Saved data entries

-*-*-

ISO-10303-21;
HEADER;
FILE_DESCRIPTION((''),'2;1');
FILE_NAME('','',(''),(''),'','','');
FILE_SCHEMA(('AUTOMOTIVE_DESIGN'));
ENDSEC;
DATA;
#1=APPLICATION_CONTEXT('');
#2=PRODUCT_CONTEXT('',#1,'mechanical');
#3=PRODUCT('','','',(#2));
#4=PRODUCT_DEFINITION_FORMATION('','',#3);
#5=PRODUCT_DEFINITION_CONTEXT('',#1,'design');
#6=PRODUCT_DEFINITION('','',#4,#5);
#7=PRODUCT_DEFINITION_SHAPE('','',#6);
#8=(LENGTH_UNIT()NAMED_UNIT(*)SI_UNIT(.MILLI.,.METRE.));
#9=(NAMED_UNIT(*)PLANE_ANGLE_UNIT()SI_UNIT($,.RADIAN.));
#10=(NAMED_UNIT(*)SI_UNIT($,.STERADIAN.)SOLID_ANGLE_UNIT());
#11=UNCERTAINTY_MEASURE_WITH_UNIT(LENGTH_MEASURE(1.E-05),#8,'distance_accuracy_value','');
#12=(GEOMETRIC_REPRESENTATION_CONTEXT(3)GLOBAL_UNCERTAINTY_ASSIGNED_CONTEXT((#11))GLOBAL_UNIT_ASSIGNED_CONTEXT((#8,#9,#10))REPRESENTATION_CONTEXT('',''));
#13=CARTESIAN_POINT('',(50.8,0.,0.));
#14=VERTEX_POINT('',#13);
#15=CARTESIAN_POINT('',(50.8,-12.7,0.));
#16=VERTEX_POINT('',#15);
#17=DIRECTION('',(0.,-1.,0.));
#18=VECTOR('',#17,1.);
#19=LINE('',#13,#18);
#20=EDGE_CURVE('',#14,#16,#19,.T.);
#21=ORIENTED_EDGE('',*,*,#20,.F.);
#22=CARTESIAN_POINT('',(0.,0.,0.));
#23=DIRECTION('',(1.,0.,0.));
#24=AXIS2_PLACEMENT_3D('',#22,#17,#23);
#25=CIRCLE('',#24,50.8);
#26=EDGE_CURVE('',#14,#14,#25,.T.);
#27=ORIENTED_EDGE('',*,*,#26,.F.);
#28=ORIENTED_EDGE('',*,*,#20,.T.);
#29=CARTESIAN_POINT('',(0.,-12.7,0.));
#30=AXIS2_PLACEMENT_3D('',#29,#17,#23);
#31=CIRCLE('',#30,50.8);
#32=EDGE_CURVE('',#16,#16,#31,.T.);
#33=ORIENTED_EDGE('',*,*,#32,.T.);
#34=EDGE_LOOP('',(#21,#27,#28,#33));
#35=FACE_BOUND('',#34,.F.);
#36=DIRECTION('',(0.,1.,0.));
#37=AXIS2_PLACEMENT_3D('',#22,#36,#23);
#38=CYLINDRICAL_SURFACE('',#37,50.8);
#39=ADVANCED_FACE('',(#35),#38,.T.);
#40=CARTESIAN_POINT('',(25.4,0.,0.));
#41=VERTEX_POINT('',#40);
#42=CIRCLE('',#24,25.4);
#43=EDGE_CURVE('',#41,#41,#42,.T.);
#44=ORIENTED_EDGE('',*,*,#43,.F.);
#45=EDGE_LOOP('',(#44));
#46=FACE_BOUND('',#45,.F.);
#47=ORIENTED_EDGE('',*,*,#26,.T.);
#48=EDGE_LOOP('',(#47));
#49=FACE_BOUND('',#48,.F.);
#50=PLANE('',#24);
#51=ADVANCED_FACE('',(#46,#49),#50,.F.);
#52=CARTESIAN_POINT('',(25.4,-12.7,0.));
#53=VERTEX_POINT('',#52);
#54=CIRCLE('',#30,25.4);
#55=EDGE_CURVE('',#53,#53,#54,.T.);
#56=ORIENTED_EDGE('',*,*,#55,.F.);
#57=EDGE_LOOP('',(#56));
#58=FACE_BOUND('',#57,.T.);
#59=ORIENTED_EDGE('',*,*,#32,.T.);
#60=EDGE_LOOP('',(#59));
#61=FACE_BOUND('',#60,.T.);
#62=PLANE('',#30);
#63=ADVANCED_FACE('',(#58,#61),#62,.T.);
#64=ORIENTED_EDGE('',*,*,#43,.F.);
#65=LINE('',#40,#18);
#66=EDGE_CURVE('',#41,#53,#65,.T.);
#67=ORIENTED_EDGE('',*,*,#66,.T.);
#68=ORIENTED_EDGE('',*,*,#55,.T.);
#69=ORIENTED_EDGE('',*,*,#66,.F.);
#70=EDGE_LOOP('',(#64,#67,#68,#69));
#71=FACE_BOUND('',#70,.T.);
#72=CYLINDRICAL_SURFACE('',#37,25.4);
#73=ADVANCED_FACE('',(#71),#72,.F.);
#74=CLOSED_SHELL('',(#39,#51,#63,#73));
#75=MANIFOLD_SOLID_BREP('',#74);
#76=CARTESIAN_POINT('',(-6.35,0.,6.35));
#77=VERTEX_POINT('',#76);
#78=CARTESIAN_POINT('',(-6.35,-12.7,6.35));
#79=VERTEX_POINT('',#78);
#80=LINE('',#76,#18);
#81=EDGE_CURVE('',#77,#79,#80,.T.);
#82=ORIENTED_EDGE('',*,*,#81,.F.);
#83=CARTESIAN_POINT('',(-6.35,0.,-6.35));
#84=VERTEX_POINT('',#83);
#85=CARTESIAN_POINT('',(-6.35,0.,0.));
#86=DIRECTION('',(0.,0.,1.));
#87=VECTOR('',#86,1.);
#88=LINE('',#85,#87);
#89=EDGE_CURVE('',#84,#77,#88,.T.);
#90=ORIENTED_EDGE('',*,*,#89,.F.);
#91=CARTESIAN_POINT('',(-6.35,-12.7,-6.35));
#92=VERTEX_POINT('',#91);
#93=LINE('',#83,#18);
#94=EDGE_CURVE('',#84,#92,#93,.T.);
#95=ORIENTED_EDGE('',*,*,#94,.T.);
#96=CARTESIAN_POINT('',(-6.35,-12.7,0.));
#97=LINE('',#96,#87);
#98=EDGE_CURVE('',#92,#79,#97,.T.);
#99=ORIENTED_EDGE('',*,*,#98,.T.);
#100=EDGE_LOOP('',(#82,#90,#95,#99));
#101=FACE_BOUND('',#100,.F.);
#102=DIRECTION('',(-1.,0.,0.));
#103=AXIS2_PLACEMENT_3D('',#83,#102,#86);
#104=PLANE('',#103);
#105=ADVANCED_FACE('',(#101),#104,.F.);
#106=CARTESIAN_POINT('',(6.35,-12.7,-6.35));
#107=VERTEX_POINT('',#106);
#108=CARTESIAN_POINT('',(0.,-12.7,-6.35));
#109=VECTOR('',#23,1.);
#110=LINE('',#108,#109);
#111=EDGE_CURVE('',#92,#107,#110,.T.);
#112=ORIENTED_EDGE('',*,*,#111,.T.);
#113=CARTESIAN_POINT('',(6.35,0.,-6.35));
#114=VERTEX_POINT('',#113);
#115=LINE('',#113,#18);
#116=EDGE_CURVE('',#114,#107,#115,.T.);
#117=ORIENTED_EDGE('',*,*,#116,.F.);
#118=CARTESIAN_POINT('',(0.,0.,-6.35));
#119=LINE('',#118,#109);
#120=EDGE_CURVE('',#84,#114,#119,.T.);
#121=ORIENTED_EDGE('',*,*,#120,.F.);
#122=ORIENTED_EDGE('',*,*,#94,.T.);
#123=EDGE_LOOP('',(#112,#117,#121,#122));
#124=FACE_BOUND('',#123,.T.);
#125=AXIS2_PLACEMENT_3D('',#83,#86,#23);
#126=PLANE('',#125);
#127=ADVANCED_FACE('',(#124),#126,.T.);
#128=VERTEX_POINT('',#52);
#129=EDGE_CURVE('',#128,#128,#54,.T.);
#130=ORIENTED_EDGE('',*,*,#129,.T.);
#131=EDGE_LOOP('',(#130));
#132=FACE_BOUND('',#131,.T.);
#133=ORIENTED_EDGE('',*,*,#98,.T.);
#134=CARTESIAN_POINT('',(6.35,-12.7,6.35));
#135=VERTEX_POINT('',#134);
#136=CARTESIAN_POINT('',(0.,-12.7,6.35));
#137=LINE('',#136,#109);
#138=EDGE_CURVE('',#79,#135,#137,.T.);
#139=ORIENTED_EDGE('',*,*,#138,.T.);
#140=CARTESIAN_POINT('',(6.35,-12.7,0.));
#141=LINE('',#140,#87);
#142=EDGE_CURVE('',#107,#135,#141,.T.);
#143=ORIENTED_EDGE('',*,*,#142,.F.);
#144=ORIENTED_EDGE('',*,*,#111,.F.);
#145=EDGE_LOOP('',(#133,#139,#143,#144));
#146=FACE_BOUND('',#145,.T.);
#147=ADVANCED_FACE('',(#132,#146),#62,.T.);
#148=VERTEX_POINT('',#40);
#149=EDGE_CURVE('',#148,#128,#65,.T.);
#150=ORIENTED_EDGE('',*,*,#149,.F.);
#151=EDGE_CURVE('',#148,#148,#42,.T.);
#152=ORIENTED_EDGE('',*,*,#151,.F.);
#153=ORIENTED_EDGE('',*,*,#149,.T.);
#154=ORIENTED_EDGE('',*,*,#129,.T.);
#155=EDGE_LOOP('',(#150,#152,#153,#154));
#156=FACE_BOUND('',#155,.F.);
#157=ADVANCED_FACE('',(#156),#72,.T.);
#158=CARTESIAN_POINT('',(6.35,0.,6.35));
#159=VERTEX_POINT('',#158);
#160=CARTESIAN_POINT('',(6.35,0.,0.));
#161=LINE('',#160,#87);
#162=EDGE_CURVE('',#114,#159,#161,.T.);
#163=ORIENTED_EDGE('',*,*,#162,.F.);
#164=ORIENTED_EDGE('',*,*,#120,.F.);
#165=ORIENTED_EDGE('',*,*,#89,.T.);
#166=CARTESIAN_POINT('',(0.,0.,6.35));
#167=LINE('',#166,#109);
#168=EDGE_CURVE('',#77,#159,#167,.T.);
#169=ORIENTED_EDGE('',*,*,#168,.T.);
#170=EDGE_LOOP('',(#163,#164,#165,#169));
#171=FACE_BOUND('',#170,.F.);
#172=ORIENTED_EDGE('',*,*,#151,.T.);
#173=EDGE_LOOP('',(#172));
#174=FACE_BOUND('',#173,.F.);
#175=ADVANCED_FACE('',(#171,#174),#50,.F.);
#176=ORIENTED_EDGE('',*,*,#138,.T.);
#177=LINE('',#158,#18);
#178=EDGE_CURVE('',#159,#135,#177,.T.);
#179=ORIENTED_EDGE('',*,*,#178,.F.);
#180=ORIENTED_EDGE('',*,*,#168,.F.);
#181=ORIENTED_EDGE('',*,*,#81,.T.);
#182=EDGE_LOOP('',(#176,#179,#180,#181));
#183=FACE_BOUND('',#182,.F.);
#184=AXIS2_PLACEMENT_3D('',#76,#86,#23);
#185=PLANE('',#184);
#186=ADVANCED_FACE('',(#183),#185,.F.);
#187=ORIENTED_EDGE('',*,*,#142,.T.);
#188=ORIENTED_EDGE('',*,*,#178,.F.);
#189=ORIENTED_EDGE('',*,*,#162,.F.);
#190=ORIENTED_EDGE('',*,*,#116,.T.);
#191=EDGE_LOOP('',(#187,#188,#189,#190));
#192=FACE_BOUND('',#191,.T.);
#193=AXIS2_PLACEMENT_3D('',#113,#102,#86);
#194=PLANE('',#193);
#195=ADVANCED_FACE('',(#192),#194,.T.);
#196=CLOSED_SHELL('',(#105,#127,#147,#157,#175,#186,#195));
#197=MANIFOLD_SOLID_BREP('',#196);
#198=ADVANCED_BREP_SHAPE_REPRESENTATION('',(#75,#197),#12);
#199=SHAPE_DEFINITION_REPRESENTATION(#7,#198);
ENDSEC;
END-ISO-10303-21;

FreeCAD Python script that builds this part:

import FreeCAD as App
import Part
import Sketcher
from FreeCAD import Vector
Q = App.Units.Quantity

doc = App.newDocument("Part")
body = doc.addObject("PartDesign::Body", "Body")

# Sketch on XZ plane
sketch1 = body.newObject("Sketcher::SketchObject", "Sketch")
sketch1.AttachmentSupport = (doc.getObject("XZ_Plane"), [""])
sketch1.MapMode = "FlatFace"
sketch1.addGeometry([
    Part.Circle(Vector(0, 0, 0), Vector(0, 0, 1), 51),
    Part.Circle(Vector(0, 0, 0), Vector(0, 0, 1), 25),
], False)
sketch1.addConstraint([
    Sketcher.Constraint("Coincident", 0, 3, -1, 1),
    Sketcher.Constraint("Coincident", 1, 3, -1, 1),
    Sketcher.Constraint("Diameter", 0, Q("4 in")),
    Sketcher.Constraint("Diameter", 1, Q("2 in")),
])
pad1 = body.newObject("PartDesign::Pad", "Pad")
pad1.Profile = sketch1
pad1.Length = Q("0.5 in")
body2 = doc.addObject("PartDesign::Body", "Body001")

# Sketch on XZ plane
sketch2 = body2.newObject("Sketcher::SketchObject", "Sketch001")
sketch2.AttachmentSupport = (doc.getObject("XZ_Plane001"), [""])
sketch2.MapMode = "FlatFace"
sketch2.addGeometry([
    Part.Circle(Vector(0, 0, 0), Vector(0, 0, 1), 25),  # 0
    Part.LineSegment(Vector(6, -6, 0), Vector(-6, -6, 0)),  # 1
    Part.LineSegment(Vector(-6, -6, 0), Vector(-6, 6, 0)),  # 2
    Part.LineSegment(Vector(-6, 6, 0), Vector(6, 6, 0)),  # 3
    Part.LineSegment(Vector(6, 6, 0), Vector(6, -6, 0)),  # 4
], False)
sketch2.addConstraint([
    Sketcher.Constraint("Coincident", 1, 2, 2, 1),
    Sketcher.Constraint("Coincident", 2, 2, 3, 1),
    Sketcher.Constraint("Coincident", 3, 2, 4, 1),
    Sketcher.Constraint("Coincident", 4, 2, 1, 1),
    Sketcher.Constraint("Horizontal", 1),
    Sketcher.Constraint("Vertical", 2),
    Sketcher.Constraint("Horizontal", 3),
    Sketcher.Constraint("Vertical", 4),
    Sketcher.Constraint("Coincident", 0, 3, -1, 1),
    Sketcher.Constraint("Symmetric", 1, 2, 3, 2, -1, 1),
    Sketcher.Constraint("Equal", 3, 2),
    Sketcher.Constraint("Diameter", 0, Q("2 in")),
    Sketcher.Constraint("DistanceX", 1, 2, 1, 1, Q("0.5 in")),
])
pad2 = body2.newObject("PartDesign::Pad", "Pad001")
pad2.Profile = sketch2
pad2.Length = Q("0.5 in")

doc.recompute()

-*-*-

WHAT IS EXPECTED –
Of all the entries above, repeat only the lines from the line that has "#2=PRODUCT_CONTEXT('',#1,'mechanical');" to the line that has "#8=(LENGTH_UNIT()NAMED_UNIT(*)SI_UNIT(.MILLI.,.METRE.));", both lines included, exactly.

YOUR RESPONSE –
#2=PRODUCT_CONTEXT('',#1,'mechanical');
#3=PRODUCT('','','',(#2));
#4=PRODUCT_DEFINITION_FORMATION('','',#3);
#5=PRODUCT_DEFINITION_CONTEXT('',#1,'design');
#6=PRODUCT_DEFINITION('','',#4,#5);
#7=PRODUCT_DEFINITION_SHAPE('','',#6);
#8=(LENGTH_UNIT()NAMED_UNIT(*)SI_UNIT(.MILLI.,.METRE.));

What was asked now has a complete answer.